Start of Block
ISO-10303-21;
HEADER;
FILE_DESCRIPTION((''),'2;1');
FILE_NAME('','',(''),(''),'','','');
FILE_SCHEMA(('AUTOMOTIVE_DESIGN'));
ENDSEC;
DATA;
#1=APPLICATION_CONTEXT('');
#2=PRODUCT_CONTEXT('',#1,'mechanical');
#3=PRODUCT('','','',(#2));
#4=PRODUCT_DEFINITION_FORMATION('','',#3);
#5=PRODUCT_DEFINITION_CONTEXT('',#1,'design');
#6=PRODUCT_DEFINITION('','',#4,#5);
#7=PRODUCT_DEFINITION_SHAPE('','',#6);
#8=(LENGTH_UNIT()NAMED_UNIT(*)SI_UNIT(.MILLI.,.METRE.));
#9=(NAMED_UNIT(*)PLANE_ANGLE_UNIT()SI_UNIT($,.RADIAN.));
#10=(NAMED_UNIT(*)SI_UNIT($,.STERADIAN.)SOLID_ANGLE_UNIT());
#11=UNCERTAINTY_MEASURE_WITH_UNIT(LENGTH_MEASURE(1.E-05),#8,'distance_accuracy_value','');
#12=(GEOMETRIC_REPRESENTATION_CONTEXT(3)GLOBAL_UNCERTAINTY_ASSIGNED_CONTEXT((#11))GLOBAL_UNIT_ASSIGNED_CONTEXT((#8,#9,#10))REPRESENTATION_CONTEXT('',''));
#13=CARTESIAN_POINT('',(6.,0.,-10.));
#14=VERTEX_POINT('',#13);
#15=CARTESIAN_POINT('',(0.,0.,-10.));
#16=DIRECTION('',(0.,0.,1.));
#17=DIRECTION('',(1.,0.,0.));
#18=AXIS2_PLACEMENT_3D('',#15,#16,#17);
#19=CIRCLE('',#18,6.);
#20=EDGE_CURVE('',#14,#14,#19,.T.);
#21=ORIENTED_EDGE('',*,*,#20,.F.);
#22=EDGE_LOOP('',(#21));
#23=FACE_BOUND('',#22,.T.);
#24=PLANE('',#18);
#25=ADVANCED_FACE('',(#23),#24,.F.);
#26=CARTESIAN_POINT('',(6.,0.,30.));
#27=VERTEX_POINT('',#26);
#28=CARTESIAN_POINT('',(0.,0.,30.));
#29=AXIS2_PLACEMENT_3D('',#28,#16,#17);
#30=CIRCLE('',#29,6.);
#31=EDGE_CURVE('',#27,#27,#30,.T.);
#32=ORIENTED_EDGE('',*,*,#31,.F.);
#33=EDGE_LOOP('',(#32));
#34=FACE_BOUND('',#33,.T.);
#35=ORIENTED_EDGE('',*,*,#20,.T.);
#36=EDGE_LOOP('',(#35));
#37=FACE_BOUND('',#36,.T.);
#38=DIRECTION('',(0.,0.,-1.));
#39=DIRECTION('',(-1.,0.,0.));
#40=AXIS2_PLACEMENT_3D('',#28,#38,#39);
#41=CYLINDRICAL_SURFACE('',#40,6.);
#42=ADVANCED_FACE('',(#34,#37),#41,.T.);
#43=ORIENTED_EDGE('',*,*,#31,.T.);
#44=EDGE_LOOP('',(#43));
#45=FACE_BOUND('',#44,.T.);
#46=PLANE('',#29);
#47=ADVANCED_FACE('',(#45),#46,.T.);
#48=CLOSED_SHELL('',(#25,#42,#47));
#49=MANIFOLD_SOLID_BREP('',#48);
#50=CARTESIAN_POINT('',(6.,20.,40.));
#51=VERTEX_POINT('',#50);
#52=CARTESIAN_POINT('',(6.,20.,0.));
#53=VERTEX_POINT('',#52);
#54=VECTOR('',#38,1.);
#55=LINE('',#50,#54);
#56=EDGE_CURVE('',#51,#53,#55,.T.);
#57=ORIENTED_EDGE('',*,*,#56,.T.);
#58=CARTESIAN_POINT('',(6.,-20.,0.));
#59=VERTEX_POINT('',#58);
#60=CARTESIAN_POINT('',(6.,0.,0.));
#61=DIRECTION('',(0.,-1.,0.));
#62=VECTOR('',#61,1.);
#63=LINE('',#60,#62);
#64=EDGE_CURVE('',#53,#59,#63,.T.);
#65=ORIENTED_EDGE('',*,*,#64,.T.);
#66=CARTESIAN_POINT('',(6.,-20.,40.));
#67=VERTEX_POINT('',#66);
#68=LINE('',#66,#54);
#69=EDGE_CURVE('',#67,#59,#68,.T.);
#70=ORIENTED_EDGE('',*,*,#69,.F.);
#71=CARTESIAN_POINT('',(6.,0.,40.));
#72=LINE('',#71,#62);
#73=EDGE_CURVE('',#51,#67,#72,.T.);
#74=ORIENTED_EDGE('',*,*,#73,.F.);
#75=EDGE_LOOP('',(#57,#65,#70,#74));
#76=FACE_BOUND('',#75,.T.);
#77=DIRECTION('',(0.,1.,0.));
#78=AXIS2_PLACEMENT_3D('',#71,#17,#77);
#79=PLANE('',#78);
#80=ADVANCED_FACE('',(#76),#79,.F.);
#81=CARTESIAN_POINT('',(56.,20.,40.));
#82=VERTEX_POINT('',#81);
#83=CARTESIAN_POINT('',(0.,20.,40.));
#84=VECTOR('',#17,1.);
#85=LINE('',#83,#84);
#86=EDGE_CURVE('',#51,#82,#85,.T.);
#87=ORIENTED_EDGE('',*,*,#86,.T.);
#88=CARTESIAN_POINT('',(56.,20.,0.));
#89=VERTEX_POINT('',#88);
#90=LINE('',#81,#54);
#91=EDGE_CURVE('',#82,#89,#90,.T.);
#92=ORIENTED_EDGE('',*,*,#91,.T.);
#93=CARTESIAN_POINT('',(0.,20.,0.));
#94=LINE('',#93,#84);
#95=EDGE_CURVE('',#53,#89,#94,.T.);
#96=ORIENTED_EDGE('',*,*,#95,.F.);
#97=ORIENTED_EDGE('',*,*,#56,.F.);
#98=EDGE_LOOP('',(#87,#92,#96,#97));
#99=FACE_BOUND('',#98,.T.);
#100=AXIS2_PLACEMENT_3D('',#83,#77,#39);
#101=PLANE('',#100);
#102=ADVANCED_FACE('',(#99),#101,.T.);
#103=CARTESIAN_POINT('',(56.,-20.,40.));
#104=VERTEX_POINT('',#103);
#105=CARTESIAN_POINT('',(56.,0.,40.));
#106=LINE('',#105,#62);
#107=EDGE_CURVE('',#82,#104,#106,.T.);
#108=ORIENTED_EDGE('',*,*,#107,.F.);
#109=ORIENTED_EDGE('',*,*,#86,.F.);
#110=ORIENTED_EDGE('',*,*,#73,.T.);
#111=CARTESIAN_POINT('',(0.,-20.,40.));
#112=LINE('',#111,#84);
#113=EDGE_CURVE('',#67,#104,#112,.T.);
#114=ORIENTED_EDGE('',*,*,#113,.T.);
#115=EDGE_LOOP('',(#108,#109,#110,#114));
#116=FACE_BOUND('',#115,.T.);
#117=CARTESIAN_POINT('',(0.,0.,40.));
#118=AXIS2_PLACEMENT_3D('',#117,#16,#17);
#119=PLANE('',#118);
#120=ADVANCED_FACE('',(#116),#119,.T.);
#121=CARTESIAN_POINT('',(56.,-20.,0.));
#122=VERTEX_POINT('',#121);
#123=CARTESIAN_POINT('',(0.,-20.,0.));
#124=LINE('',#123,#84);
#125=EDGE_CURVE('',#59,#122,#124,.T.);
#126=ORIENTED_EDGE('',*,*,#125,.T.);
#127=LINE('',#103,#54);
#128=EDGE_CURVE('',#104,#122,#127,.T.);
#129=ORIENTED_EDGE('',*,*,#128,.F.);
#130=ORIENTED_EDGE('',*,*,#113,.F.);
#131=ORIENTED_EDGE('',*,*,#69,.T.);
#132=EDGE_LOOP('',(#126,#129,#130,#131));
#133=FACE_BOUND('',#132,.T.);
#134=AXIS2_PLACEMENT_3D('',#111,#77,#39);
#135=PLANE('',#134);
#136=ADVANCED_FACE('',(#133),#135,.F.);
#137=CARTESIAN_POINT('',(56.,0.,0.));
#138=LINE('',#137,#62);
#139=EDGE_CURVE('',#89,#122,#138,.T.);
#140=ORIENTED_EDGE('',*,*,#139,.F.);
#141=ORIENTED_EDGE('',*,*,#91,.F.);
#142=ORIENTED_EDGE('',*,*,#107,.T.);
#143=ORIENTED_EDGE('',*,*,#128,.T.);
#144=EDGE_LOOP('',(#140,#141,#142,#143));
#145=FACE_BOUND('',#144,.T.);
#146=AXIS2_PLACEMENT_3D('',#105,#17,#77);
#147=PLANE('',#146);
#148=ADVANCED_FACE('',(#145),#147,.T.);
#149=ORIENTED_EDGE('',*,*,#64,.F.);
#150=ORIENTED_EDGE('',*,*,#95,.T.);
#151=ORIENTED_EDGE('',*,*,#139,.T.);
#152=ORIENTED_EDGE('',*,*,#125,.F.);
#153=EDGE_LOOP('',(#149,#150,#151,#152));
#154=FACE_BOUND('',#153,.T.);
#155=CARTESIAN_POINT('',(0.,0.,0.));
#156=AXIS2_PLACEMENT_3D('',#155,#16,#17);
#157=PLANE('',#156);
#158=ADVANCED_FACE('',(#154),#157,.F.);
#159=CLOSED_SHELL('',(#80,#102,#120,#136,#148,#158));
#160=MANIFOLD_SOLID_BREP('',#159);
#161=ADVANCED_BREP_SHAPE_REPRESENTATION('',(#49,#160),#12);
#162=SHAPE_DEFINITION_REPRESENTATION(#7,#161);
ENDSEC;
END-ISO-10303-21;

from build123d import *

# Parameters (mm, degrees)
BOSS_EXTRUDE1_DEPTH = 40
BOSS_EXTRUDE2_START = -10
SKETCH1_3_R         = 6
BOSS_EXTRUDE2_DEPTH = 40


with BuildPart() as part:
    # Sketch1 → Boss-Extrude1 (new body)
    with BuildSketch(Plane.XY):
        Polygon((56, 20), (6, 20), (6, 0), (6, -20), (56, -20), align=None)
    extrude(amount=BOSS_EXTRUDE1_DEPTH)


with BuildPart() as body_2:
    # Sketch1<3> → Boss-Extrude2 (new body)
    with BuildSketch(Plane.XY.offset(BOSS_EXTRUDE2_START)):
        Circle(SKETCH1_3_R)
    extrude(amount=BOSS_EXTRUDE2_DEPTH)


solid = Compound([part.part, body_2.part])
End of Block
Work instruction
Could you set down, word for word, only the lines above from the line with "#108=ORIENTED_EDGE('',*,*,#107,.F.);" to the line with "#115=EDGE_LOOP('',(#108,#109,#110,#114));", including both?

Solution
#108=ORIENTED_EDGE('',*,*,#107,.F.);
#109=ORIENTED_EDGE('',*,*,#86,.F.);
#110=ORIENTED_EDGE('',*,*,#73,.T.);
#111=CARTESIAN_POINT('',(0.,-20.,40.));
#112=LINE('',#111,#84);
#113=EDGE_CURVE('',#67,#104,#112,.T.);
#114=ORIENTED_EDGE('',*,*,#113,.T.);
#115=EDGE_LOOP('',(#108,#109,#110,#114));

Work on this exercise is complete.